• Exercise prompt: Beginning at the top of the material, repeat each line exactly, and stop once the line with "f 26 422 519" has been written.

• Input:
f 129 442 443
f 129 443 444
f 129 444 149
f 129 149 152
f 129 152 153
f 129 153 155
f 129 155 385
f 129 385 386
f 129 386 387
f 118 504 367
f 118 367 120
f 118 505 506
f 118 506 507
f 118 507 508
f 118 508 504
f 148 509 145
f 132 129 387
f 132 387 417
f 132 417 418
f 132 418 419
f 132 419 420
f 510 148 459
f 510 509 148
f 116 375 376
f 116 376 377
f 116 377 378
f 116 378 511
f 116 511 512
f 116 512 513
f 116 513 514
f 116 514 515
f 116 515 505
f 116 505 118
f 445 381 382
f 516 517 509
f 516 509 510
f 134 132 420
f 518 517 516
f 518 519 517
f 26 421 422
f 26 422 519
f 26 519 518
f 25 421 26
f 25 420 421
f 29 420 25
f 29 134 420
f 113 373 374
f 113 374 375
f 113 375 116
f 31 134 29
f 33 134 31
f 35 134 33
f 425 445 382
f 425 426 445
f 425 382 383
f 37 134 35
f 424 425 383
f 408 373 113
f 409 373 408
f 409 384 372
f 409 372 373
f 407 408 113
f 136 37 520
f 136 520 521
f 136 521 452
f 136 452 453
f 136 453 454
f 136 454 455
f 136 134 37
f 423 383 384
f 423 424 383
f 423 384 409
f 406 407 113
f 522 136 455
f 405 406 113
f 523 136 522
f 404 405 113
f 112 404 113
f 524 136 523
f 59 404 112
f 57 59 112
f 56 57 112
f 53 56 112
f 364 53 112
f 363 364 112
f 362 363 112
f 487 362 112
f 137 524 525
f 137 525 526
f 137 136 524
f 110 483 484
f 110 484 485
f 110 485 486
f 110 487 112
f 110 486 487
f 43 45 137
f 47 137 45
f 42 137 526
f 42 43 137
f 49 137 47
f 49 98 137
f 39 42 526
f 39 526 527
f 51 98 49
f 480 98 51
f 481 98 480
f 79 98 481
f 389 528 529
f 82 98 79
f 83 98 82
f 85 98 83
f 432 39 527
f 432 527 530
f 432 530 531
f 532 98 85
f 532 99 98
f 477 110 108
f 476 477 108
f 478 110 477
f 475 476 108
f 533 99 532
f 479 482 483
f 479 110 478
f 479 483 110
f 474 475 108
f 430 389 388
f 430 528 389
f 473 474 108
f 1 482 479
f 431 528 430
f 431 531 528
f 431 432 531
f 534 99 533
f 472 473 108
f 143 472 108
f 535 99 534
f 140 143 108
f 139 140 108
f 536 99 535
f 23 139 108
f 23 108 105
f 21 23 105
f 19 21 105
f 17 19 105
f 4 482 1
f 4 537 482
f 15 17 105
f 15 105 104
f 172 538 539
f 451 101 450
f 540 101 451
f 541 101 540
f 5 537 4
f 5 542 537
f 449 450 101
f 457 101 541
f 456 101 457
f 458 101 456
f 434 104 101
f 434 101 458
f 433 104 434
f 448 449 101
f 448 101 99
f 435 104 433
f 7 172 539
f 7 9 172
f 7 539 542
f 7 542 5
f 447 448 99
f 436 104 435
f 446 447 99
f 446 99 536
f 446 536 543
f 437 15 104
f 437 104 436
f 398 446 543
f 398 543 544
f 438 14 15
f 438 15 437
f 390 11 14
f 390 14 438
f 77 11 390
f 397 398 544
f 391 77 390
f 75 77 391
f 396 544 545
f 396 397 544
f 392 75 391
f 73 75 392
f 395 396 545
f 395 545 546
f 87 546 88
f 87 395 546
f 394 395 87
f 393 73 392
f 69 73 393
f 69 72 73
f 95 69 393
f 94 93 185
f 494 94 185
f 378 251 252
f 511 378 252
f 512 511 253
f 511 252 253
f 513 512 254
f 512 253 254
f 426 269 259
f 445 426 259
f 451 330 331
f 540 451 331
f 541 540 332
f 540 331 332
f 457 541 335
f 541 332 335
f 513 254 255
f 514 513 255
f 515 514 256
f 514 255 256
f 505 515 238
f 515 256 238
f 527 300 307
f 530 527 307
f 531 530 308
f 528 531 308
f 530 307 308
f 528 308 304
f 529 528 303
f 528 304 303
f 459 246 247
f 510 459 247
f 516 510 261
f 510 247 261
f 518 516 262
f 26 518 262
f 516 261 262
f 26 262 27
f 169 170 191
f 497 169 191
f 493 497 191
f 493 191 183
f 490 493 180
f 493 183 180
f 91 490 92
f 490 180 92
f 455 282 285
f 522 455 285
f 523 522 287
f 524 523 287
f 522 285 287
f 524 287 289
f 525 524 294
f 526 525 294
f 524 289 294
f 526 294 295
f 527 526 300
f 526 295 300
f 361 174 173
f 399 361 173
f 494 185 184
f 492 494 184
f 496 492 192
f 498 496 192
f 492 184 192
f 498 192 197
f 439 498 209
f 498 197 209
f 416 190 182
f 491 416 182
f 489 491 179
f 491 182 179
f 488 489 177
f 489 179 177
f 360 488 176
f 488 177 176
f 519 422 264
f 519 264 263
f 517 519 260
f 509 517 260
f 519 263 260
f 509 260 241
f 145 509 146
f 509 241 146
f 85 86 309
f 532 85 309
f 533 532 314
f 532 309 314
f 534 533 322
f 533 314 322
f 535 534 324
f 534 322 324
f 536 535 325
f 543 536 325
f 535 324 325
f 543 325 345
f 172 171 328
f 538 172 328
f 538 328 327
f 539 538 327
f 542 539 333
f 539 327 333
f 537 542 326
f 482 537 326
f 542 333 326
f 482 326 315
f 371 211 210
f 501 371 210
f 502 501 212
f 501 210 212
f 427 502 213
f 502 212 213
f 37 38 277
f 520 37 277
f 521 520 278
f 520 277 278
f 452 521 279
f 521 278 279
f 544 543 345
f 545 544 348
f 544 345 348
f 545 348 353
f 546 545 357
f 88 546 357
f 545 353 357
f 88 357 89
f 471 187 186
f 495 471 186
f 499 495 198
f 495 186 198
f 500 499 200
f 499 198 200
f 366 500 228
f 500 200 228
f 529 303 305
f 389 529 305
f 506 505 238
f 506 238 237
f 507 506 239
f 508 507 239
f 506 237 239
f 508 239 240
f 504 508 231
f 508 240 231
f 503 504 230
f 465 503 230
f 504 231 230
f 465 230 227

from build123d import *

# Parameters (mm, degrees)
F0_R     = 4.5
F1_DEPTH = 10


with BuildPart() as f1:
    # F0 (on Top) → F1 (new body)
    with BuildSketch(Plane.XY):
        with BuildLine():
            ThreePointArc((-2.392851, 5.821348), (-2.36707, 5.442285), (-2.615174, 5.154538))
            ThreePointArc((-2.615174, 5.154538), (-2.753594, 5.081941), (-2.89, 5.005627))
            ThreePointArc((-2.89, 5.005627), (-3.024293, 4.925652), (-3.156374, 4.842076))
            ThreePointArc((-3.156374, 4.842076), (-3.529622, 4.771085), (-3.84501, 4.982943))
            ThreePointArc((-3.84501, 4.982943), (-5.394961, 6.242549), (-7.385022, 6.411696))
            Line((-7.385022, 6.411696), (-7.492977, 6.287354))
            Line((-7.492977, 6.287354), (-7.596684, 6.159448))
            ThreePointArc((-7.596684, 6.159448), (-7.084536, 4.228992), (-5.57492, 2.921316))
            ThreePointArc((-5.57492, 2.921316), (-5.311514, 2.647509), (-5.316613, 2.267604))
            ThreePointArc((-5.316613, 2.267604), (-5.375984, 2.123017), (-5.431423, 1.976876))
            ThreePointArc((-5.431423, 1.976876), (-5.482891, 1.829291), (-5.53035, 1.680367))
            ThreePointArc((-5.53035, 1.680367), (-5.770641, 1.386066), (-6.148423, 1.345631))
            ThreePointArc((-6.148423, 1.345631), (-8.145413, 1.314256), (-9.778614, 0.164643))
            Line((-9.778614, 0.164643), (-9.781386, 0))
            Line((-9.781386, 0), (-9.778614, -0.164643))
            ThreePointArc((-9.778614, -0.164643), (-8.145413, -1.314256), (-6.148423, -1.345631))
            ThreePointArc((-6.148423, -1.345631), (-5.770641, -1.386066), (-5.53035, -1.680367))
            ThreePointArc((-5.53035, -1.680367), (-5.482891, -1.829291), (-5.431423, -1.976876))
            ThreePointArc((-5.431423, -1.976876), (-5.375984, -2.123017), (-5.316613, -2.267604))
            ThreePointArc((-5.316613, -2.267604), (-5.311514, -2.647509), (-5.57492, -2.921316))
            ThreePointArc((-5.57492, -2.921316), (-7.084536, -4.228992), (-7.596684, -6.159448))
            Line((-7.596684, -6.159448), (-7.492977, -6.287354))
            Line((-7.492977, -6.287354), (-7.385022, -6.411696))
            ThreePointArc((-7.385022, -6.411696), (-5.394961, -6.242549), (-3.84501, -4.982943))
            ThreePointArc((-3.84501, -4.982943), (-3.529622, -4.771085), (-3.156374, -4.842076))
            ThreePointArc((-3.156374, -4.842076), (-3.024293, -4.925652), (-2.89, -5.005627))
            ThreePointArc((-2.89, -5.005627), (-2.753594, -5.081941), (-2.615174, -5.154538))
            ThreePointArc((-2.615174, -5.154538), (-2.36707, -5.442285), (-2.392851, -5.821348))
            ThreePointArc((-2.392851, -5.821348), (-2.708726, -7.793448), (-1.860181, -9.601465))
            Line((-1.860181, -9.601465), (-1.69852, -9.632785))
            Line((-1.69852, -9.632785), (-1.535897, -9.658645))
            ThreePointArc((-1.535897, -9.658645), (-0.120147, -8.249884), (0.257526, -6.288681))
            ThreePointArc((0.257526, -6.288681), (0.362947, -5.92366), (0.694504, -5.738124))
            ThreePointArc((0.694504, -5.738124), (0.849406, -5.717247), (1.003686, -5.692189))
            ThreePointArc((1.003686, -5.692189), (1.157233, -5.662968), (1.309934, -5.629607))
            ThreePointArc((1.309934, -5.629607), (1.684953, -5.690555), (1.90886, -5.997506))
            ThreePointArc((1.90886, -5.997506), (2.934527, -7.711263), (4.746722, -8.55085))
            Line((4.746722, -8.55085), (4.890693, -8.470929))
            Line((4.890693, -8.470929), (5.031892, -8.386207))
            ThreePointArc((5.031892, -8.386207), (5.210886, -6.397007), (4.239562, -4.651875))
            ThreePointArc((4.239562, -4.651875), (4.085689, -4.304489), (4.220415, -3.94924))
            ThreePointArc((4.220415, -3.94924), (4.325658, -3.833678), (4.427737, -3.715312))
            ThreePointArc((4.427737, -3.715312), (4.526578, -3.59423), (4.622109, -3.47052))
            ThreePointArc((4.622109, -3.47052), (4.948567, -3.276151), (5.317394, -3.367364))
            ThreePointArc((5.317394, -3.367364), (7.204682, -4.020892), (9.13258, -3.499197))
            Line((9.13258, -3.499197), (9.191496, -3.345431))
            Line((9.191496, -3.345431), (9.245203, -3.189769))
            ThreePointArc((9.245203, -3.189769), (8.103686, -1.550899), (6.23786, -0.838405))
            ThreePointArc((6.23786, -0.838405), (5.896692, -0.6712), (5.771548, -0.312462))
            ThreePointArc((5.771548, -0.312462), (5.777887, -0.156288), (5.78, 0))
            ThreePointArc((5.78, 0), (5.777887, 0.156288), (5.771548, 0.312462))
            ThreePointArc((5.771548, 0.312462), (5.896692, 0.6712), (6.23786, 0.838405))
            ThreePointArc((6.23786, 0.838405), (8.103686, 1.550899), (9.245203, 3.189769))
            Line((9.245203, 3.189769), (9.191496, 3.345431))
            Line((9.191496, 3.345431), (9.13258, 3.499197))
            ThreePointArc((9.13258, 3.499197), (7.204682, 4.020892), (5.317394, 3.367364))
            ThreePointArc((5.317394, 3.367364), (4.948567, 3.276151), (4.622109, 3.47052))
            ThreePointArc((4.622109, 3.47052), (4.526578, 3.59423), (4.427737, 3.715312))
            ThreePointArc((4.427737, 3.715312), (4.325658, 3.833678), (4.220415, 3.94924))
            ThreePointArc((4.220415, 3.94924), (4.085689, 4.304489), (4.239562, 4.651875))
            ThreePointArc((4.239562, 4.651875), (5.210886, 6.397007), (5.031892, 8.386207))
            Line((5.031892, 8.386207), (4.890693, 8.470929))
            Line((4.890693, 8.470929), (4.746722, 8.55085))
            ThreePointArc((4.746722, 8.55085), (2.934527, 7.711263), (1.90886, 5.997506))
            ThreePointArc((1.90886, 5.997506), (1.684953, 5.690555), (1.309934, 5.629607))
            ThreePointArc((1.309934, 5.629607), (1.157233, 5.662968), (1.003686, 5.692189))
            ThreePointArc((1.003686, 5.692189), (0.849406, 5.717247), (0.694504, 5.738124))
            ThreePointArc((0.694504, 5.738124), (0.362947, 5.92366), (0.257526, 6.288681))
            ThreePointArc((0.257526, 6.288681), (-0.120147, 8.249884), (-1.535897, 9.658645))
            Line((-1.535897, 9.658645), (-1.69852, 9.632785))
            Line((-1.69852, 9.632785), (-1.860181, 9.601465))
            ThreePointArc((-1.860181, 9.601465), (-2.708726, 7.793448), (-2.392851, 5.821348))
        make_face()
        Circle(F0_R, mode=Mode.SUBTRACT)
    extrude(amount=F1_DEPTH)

• Reply:
f 129 442 443
f 129 443 444
f 129 444 149
f 129 149 152
f 129 152 153
f 129 153 155
f 129 155 385
f 129 385 386
f 129 386 387
f 118 504 367
f 118 367 120
f 118 505 506
f 118 506 507
f 118 507 508
f 118 508 504
f 148 509 145
f 132 129 387
f 132 387 417
f 132 417 418
f 132 418 419
f 132 419 420
f 510 148 459
f 510 509 148
f 116 375 376
f 116 376 377
f 116 377 378
f 116 378 511
f 116 511 512
f 116 512 513
f 116 513 514
f 116 514 515
f 116 515 505
f 116 505 118
f 445 381 382
f 516 517 509
f 516 509 510
f 134 132 420
f 518 517 516
f 518 519 517
f 26 421 422
f 26 422 519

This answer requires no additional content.